Again, I am very much a novice, so any thoughts or suggestions would be greatly appreciated.

Cheers,

Nick


----------



## ghost0311/8541 (Jan 6, 2013)

flat bands with marbels whene we hunt squrrils they go to the top of some tall trees and we bring limbs down all the time.


----------



## SlingshotMadness (Jan 17, 2014)

Also a good solid 40 cal lead ball will bring those limbs down for sure, with some flat Tbg


----------



## Marnix (Mar 29, 2014)

Personally, I would use the largest ammo possible, best chance for a hit at that distance, with a good power spread.. unless you're MJ, treefork, or Bill Hays, better to use something bigger, ie marbles.


----------



## Individual (Nov 6, 2013)

I'd use joerg spraves witch be-header 

LOL

I'd say just use a handgun, a shotgun would actually be easier.

I'd take a assortment of shells, deer slugs for the bigger branches, 12 gauge etc etc

If you do want to use a slingshot, go ahead. It would just be quicker and less physical effort to use a shotgun


----------



## Sunchierefram (Nov 16, 2013)

Whenever I shoot into trees, leaves are bound to be falling down. Don't know how much it damages them as I never go look at the leaves. But will it bring down leaves and small branches? Yes. I once shot at this starling in a tree but it went a little low and to the right and the rock actually broke the stick that it was on. So just get a slingshot and shoot up into the trees. You WILL get something.


----------



## Q4perfectY (May 7, 2014)

Taurus Judge Poly model lol lightweight and shoots shotgun shells. Although a song shot would be more fun. What about ammo that breaks apart mid flight, a wad of shot??


----------



## ash (Apr 23, 2013)

I'd say pretty much anything will work for you as long as it has the power to fling a rock far enough upwards. Rocks for ammo would be ideal as they are free, destructive and accuracy won't really matter.

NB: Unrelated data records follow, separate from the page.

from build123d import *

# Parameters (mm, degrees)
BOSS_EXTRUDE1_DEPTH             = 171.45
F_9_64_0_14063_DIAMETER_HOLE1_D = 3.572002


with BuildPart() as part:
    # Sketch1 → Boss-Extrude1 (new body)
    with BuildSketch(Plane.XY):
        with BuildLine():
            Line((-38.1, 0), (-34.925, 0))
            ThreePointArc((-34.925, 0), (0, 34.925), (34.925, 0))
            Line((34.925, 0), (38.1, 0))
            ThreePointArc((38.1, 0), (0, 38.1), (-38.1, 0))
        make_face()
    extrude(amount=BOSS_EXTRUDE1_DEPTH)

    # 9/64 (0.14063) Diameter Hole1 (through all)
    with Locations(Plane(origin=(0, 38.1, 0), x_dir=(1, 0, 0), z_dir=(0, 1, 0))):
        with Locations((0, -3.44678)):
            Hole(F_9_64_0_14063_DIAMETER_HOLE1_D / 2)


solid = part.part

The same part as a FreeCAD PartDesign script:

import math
import FreeCAD as App
import Part
import Sketcher
Q = App.Units.Quantity

doc = App.newDocument("Part")
body = doc.addObject("PartDesign::Body", "Body")

# Sketch on XY plane
sketch1 = doc.addObject("Sketcher::SketchObject", "Sketch")
body.addObject(sketch1)
sketch1.AttachmentSupport = (doc.XY_Plane, [""])
sketch1.MapMode = "FlatFace"
sketch1.addGeometry([
    Part.LineSegment(App.Vector(-38.1, 0, 0), App.Vector(-34.9, 0, 0)),
    Part.ArcOfCircle(Part.Circle(App.Vector(0, 0, 0), App.Vector(0, 0, 1), 34.9), math.radians(0), math.radians(180)),
    Part.LineSegment(App.Vector(34.9, 0, 0), App.Vector(38.1, 0, 0)),
    Part.ArcOfCircle(Part.Circle(App.Vector(0, 0, 0), App.Vector(0, 0, 1), 38.1), math.radians(0), math.radians(180)),
], False)
sketch1.addConstraint([
    Sketcher.Constraint("Coincident", 0, 2, 1, 2),
    Sketcher.Constraint("Coincident", 1, 1, 2, 1),
    Sketcher.Constraint("Coincident", 2, 2, 3, 1),
    Sketcher.Constraint("Coincident", 3, 2, 0, 1),
    Sketcher.Constraint("Horizontal", 0),
    Sketcher.Constraint("Horizontal", 2),
    Sketcher.Constraint("Coincident", 1, 3, -1, 1),
    Sketcher.Constraint("Coincident", 3, 3, -1, 1),
    Sketcher.Constraint("PointOnObject", 0, 2, -1),
    Sketcher.Constraint("PointOnObject", 1, 1, -1),
    Sketcher.Constraint("Radius", 3, Q("1.5 in")),
    Sketcher.Constraint("Radius", 1, Q("1.375 in")),
])
pad1 = doc.addObject("PartDesign::Pad", "Pad")
body.addObject(pad1)
pad1.Profile = sketch1
pad1.Length = Q("6.75 in")

# Sketch on XZ plane
sketch2 = doc.addObject("Sketcher::SketchObject", "Sketch001")
body.addObject(sketch2)
sketch2.AttachmentSupport = (doc.XZ_Plane, [""])
sketch2.MapMode = "FlatFace"
sketch2.AttachmentOffset = App.Placement(App.Vector(0, 0, -1.5 * 25.4), App.Rotation())
sketch2.addGeometry(Part.Circle(App.Vector(0, 3.4, 0), App.Vector(0, 0, 1), 1.8), False)
sketch2.addConstraint([
    Sketcher.Constraint("PointOnObject", 0, 3, -2),
    Sketcher.Constraint("Diameter", 0, 3.572002),
    Sketcher.Constraint("DistanceY", -1, 1, 0, 3, Q("0.1357 in")),
])
doc.recompute()
hole = doc.addObject("PartDesign::Hole", "Hole")
body.addObject(hole)
hole.Profile = sketch2
hole.ThreadType = "None"
hole.Diameter = 3.572002
hole.DepthType = "ThroughAll"
hole.Reversed = True

doc.recompute()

Any cheap wire-frame hammer-grip with heavy tubes will do it. Just choose the gravel size that soaks up the power and shoot lots of them into the canopy.


----------



## ngsmith (May 9, 2014)

Lots of great suggestions. Thanks much everyone!


----------



## gwatch (Apr 27, 2014)

Use a wrist brace slingshot. It is note powerful, and more accurate. Since you are a not a seasoned shooter you are better off with the mist stable and helpful shooter. There are many options. Mt favorite is the Dankung universal sniper. They have a smaller version called agile sniper. You have to experiment with ammo. I think large marbles will do the trick.


----------



## gwatch (Apr 27, 2014)

Use a wrist brace slingshot. It is note powerful, and more accurate. Since you are a not a seasoned shooter you are better off with the mist stable and helpful shooter. There are many options. Mt favorite is the Dankung universal sniper. They have a smaller version called agile sniper. You have to experiment with ammo. I think large marbles will do the trick.


----------